◆ Data for this task:
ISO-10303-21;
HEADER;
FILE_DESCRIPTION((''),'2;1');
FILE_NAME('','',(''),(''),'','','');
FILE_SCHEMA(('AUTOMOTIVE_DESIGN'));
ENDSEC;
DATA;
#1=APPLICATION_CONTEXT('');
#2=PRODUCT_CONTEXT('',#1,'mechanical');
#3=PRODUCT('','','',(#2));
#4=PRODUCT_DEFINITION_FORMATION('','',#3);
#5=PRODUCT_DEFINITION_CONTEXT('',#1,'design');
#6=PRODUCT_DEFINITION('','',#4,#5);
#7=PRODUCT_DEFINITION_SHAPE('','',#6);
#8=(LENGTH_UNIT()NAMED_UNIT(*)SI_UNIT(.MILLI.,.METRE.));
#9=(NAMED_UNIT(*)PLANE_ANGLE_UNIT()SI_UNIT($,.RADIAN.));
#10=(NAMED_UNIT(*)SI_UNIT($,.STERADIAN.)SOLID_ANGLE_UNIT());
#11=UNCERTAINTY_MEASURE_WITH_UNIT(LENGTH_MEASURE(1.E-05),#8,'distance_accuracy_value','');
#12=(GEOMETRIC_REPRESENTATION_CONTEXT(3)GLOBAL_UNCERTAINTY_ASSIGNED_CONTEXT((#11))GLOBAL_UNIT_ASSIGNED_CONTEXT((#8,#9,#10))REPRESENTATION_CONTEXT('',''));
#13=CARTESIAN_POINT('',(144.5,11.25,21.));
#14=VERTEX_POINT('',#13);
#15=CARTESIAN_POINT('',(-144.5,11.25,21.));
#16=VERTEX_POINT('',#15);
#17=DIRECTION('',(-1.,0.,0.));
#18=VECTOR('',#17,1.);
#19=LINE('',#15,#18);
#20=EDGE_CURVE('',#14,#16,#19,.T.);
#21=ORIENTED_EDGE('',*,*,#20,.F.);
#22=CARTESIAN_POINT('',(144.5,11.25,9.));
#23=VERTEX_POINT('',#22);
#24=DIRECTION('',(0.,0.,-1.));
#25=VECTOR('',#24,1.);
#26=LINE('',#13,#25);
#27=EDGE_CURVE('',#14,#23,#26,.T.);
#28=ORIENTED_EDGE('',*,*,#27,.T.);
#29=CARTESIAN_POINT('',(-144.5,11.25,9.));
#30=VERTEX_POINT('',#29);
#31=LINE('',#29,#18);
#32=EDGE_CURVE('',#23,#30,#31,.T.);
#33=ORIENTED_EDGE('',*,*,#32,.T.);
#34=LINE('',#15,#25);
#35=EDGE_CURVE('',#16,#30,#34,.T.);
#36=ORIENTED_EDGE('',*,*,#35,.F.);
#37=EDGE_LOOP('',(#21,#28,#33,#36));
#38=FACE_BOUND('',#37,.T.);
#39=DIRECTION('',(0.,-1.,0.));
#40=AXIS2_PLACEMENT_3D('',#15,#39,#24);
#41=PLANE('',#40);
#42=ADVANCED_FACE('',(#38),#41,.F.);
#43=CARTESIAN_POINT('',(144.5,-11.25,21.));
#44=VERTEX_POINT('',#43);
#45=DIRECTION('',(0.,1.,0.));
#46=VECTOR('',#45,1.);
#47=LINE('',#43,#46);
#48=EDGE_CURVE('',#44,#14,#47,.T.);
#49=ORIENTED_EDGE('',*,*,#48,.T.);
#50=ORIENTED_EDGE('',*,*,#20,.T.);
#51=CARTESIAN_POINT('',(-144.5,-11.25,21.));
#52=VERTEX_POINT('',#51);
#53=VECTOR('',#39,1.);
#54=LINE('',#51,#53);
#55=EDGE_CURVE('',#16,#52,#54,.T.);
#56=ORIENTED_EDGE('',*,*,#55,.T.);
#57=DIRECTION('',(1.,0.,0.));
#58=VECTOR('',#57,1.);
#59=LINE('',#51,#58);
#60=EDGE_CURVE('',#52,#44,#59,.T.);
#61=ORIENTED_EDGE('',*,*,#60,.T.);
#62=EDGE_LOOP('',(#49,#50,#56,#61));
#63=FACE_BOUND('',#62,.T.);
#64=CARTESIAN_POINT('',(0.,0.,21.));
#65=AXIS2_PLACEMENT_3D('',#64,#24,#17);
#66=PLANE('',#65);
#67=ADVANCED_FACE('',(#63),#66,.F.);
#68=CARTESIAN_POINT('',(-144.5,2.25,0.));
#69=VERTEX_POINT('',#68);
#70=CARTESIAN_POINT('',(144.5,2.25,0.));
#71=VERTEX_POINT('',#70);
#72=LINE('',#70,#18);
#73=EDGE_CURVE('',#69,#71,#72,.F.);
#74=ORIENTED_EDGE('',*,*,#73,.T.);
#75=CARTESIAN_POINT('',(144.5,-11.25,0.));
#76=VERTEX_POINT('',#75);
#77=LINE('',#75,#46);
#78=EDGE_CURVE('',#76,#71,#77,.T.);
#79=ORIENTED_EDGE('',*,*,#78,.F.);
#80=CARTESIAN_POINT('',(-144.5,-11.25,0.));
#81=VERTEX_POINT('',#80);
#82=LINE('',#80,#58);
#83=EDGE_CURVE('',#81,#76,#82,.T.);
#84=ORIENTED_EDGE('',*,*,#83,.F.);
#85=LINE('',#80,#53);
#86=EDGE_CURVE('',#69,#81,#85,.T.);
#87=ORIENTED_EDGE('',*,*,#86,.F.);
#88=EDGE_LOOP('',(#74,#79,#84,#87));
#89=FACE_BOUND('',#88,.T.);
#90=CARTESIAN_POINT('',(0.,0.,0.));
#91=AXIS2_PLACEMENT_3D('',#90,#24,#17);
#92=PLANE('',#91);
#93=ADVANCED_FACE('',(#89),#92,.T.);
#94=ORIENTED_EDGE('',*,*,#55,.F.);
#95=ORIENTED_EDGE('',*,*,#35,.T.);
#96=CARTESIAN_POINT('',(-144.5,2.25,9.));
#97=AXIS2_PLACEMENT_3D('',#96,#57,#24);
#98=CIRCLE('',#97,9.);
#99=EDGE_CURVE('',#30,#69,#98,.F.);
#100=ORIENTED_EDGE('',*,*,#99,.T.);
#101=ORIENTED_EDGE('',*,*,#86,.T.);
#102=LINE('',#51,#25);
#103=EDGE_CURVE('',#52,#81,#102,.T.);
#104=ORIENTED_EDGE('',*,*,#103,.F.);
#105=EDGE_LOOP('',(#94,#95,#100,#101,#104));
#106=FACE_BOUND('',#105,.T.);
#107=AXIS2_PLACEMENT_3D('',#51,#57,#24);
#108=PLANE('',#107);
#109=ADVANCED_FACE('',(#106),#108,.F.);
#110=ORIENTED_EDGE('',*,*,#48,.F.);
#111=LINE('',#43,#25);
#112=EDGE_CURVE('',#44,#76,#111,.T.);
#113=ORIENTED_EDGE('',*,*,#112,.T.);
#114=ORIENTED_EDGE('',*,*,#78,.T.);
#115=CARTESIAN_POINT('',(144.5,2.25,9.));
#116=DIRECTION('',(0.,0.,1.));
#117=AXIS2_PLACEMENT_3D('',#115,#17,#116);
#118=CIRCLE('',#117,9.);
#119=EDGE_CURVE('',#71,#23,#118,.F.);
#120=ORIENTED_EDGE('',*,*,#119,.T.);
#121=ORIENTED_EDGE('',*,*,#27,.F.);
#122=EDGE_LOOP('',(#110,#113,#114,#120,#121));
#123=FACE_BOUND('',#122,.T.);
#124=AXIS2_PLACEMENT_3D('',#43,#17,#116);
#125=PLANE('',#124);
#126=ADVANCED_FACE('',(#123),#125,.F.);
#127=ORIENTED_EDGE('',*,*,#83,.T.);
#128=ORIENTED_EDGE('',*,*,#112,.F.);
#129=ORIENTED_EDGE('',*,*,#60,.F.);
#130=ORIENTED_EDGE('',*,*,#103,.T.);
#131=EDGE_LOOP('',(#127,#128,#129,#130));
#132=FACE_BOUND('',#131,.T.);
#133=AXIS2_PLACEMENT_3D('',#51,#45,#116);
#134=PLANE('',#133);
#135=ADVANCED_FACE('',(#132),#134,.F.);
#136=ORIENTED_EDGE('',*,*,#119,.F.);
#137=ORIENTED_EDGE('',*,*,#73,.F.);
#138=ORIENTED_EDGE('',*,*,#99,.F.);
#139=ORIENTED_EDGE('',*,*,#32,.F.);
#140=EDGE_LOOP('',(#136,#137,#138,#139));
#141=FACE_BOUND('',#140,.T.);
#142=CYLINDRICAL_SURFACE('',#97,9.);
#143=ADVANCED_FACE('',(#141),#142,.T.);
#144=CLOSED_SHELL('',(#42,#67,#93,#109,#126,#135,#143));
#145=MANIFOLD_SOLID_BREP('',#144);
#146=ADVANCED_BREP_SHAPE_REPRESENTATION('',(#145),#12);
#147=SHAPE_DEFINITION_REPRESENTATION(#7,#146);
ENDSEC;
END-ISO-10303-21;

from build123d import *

# Parameters (mm, degrees)
SKETCH_1_W      = 289
SKETCH_1_H      = 22.5
EXTRUDE_1_DEPTH = 21
FILLET_1_R      = 9


with BuildPart() as part:
    # 草图1 → 凸台-拉伸1 (new body)
    with BuildSketch(Plane.XY):
        Rectangle(SKETCH_1_W, SKETCH_1_H)
    extrude(amount=EXTRUDE_1_DEPTH)

    # 圆角1
    fillet_1_edges = [part.edges().sort_by_distance(p)[0] for p in [
        (0, 11.25, 0),
    ]]
    fillet(fillet_1_edges, radius=FILLET_1_R)


solid = part.part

◆ What is being asked:
Using the entries above, repeat only the lines from the one containing "#106=FACE_BOUND('',#105,.T.);" through the one containing "#127=ORIENTED_EDGE('',*,*,#83,.T.);", end lines included.

◆ The answer:
#106=FACE_BOUND('',#105,.T.);
#107=AXIS2_PLACEMENT_3D('',#51,#57,#24);
#108=PLANE('',#107);
#109=ADVANCED_FACE('',(#106),#108,.F.);
#110=ORIENTED_EDGE('',*,*,#48,.F.);
#111=LINE('',#43,#25);
#112=EDGE_CURVE('',#44,#76,#111,.T.);
#113=ORIENTED_EDGE('',*,*,#112,.T.);
#114=ORIENTED_EDGE('',*,*,#78,.T.);
#115=CARTESIAN_POINT('',(144.5,2.25,9.));
#116=DIRECTION('',(0.,0.,1.));
#117=AXIS2_PLACEMENT_3D('',#115,#17,#116);
#118=CIRCLE('',#117,9.);
#119=EDGE_CURVE('',#71,#23,#118,.F.);
#120=ORIENTED_EDGE('',*,*,#119,.T.);
#121=ORIENTED_EDGE('',*,*,#27,.F.);
#122=EDGE_LOOP('',(#110,#113,#114,#120,#121));
#123=FACE_BOUND('',#122,.T.);
#124=AXIS2_PLACEMENT_3D('',#43,#17,#116);
#125=PLANE('',#124);
#126=ADVANCED_FACE('',(#123),#125,.F.);
#127=ORIENTED_EDGE('',*,*,#83,.T.);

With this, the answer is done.